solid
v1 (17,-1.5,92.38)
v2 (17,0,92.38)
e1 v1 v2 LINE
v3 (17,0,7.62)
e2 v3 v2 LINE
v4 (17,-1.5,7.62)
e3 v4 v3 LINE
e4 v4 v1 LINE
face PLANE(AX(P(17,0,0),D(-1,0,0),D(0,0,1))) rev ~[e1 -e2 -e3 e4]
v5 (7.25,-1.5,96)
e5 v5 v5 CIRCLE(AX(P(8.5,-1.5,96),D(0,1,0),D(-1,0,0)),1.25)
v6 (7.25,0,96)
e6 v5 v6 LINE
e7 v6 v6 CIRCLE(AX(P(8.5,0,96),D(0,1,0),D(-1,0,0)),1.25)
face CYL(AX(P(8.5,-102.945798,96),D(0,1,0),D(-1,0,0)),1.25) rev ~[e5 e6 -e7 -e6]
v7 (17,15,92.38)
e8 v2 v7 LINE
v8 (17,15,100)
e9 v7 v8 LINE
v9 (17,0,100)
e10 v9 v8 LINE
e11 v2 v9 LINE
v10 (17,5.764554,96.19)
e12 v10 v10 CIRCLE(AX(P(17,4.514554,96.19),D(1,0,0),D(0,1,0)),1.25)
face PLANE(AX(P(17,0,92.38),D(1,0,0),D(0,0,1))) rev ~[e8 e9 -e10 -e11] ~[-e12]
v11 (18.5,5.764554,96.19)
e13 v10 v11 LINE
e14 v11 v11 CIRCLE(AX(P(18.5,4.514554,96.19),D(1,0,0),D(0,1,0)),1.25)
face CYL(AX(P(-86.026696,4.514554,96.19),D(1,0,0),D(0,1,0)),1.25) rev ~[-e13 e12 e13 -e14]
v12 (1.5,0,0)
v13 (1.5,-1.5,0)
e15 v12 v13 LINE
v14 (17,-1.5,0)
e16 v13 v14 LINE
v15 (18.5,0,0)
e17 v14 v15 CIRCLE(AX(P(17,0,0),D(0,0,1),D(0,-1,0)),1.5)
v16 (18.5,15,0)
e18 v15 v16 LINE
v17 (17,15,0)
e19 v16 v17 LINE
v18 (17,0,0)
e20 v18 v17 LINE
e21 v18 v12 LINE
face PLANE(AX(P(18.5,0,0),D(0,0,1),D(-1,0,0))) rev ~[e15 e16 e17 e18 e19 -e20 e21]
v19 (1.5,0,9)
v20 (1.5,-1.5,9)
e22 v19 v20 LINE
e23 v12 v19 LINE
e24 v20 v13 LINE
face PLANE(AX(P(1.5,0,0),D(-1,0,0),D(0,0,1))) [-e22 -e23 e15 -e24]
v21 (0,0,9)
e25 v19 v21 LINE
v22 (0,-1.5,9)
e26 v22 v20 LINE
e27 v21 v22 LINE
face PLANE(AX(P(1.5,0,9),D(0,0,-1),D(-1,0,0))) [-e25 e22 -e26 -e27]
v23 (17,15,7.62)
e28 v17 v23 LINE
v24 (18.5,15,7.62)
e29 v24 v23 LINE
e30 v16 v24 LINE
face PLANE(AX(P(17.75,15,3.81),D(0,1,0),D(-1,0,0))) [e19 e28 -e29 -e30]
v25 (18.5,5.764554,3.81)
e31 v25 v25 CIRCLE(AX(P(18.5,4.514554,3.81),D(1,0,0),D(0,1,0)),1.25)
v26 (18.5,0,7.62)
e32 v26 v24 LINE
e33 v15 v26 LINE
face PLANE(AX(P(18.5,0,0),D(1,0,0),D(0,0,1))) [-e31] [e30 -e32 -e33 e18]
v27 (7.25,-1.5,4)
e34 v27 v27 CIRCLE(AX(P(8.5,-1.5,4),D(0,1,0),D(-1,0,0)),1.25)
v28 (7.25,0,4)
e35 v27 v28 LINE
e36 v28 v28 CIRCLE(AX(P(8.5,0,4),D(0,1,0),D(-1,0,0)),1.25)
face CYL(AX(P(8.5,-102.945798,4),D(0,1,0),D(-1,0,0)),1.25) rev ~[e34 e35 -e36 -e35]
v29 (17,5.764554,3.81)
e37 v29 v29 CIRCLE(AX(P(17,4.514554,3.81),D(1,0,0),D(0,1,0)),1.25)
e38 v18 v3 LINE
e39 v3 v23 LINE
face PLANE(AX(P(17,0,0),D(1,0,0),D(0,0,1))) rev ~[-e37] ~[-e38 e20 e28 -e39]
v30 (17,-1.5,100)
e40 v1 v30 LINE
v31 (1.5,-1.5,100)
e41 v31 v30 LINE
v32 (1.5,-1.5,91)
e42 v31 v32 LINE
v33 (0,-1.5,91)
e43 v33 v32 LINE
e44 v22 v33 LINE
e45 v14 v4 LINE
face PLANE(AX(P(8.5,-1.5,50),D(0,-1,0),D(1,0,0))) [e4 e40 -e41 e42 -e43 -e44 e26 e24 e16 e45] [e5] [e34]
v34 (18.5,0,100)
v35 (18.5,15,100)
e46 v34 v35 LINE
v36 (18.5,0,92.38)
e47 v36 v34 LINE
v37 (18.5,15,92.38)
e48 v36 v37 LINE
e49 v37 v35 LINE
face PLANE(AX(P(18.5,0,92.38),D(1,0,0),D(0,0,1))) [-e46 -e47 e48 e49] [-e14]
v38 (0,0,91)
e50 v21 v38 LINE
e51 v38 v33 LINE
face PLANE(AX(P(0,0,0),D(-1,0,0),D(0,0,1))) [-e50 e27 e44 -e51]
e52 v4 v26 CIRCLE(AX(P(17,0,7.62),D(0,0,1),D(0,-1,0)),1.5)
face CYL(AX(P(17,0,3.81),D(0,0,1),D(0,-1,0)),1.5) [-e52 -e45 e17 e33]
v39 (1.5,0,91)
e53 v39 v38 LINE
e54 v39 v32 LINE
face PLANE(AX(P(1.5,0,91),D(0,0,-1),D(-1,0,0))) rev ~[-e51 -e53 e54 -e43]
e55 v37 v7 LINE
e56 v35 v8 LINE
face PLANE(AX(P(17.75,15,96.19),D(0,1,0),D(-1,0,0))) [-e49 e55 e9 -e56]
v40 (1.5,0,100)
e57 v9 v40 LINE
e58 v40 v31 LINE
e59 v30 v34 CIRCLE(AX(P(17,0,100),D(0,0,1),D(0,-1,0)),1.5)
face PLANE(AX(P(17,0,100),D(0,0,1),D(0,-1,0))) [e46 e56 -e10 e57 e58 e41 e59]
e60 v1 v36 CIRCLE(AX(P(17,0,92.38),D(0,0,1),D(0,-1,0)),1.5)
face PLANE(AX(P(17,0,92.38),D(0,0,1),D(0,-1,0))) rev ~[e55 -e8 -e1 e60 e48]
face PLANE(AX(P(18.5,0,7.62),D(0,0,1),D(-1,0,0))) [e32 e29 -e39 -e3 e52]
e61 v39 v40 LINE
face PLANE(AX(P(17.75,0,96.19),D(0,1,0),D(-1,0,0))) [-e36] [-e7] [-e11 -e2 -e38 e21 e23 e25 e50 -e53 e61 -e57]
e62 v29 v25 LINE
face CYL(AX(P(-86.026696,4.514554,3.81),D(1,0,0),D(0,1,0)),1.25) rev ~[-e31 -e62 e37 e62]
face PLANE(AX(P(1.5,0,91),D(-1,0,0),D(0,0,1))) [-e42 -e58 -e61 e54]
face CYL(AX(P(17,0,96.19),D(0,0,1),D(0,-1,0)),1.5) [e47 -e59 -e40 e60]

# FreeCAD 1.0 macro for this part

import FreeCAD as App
import Part
import Sketcher
from FreeCAD import Vector
Q = App.Units.Quantity


def add_polygon(sketch, points):
    """Adds a closed chain of lines whose ends are joined by coincident constraints."""
    first, n = sketch.GeometryCount, len(points)
    for a, b in zip(points, points[1:] + points[:1]):
        sketch.addGeometry(Part.LineSegment(App.Vector(*a, 0), App.Vector(*b, 0)), False)
    for i in range(n):
        sketch.addConstraint(Sketcher.Constraint("Coincident", first + i, 2, first + (i + 1) % n, 1))

doc = App.newDocument("Part")
params = doc.addObject("Spreadsheet::Sheet", "Params")
for row, (alias, value) in enumerate([
    ("sketch1_width", "17 mm"),
    ("sketch1_height", "100 mm"),
    ("pad1_length", "1.5 mm"),
    ("sketch2_diameter", "2.5 mm"),
    ("hole_diameter", "2.5 mm"),
    ("sketch3_width", "1.5 mm"),
    ("sketch3_height", "7.62 mm"),
    ("revolution_angle", "90 deg"),
    ("sketch4_width", "1.5 mm"),
    ("sketch4_height", "7.62 mm"),
    ("pad2_length", "15 mm"),
    ("sketch5_diameter", "2.5 mm"),
    ("hole2_diameter", "2.5 mm"),
    ("sketch6_height", "9 mm"),
    ("sketch6_width", "1.5 mm"),
], start=1):
    params.set(f"A{row}", alias)
    params.set(f"B{row}", "=" + value)
    params.setAlias(f"B{row}", alias)

body = doc.addObject("PartDesign::Body", "Body")

# Sketch on XZ plane
sketch1 = doc.addObject("Sketcher::SketchObject", "Sketch")
body.addObject(sketch1)
sketch1.AttachmentSupport = (doc.XZ_Plane, [""])
sketch1.MapMode = "FlatFace"
add_polygon(sketch1, [(0, 100), (0, 0), (17, 0), (17, 100)])  # lines 0-3
sketch1.addConstraint([
    Sketcher.Constraint("Vertical", 0),
    Sketcher.Constraint("Horizontal", 1),
    Sketcher.Constraint("Vertical", 2),
    Sketcher.Constraint("Horizontal", 3),
    Sketcher.Constraint("Coincident", 0, 2, -1, 1),
    Sketcher.Constraint("DistanceX", 1, 1, 1, 2, Q("17 mm")),
    Sketcher.Constraint("DistanceY", 0, 2, 0, 1, Q("100 mm")),
])
sketch1.setExpression("Constraints[9]", "Params.sketch1_width")
sketch1.setExpression("Constraints[10]", "Params.sketch1_height")
pad1 = doc.addObject("PartDesign::Pad", "Pad")
body.addObject(pad1)
pad1.Profile = sketch1
pad1.setExpression("Length", "Params.pad1_length")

= = =

Go through the entries and copy each line holding the string "CIRCLE".

e5 v5 v5 CIRCLE(AX(P(8.5,-1.5,96),D(0,1,0),D(-1,0,0)),1.25)
e7 v6 v6 CIRCLE(AX(P(8.5,0,96),D(0,1,0),D(-1,0,0)),1.25)
e12 v10 v10 CIRCLE(AX(P(17,4.514554,96.19),D(1,0,0),D(0,1,0)),1.25)
e14 v11 v11 CIRCLE(AX(P(18.5,4.514554,96.19),D(1,0,0),D(0,1,0)),1.25)
e17 v14 v15 CIRCLE(AX(P(17,0,0),D(0,0,1),D(0,-1,0)),1.5)
e31 v25 v25 CIRCLE(AX(P(18.5,4.514554,3.81),D(1,0,0),D(0,1,0)),1.25)
e34 v27 v27 CIRCLE(AX(P(8.5,-1.5,4),D(0,1,0),D(-1,0,0)),1.25)
e36 v28 v28 CIRCLE(AX(P(8.5,0,4),D(0,1,0),D(-1,0,0)),1.25)
e37 v29 v29 CIRCLE(AX(P(17,4.514554,3.81),D(1,0,0),D(0,1,0)),1.25)
e52 v4 v26 CIRCLE(AX(P(17,0,7.62),D(0,0,1),D(0,-1,0)),1.5)
e59 v30 v34 CIRCLE(AX(P(17,0,100),D(0,0,1),D(0,-1,0)),1.5)
e60 v1 v36 CIRCLE(AX(P(17,0,92.38),D(0,0,1),D(0,-1,0)),1.5)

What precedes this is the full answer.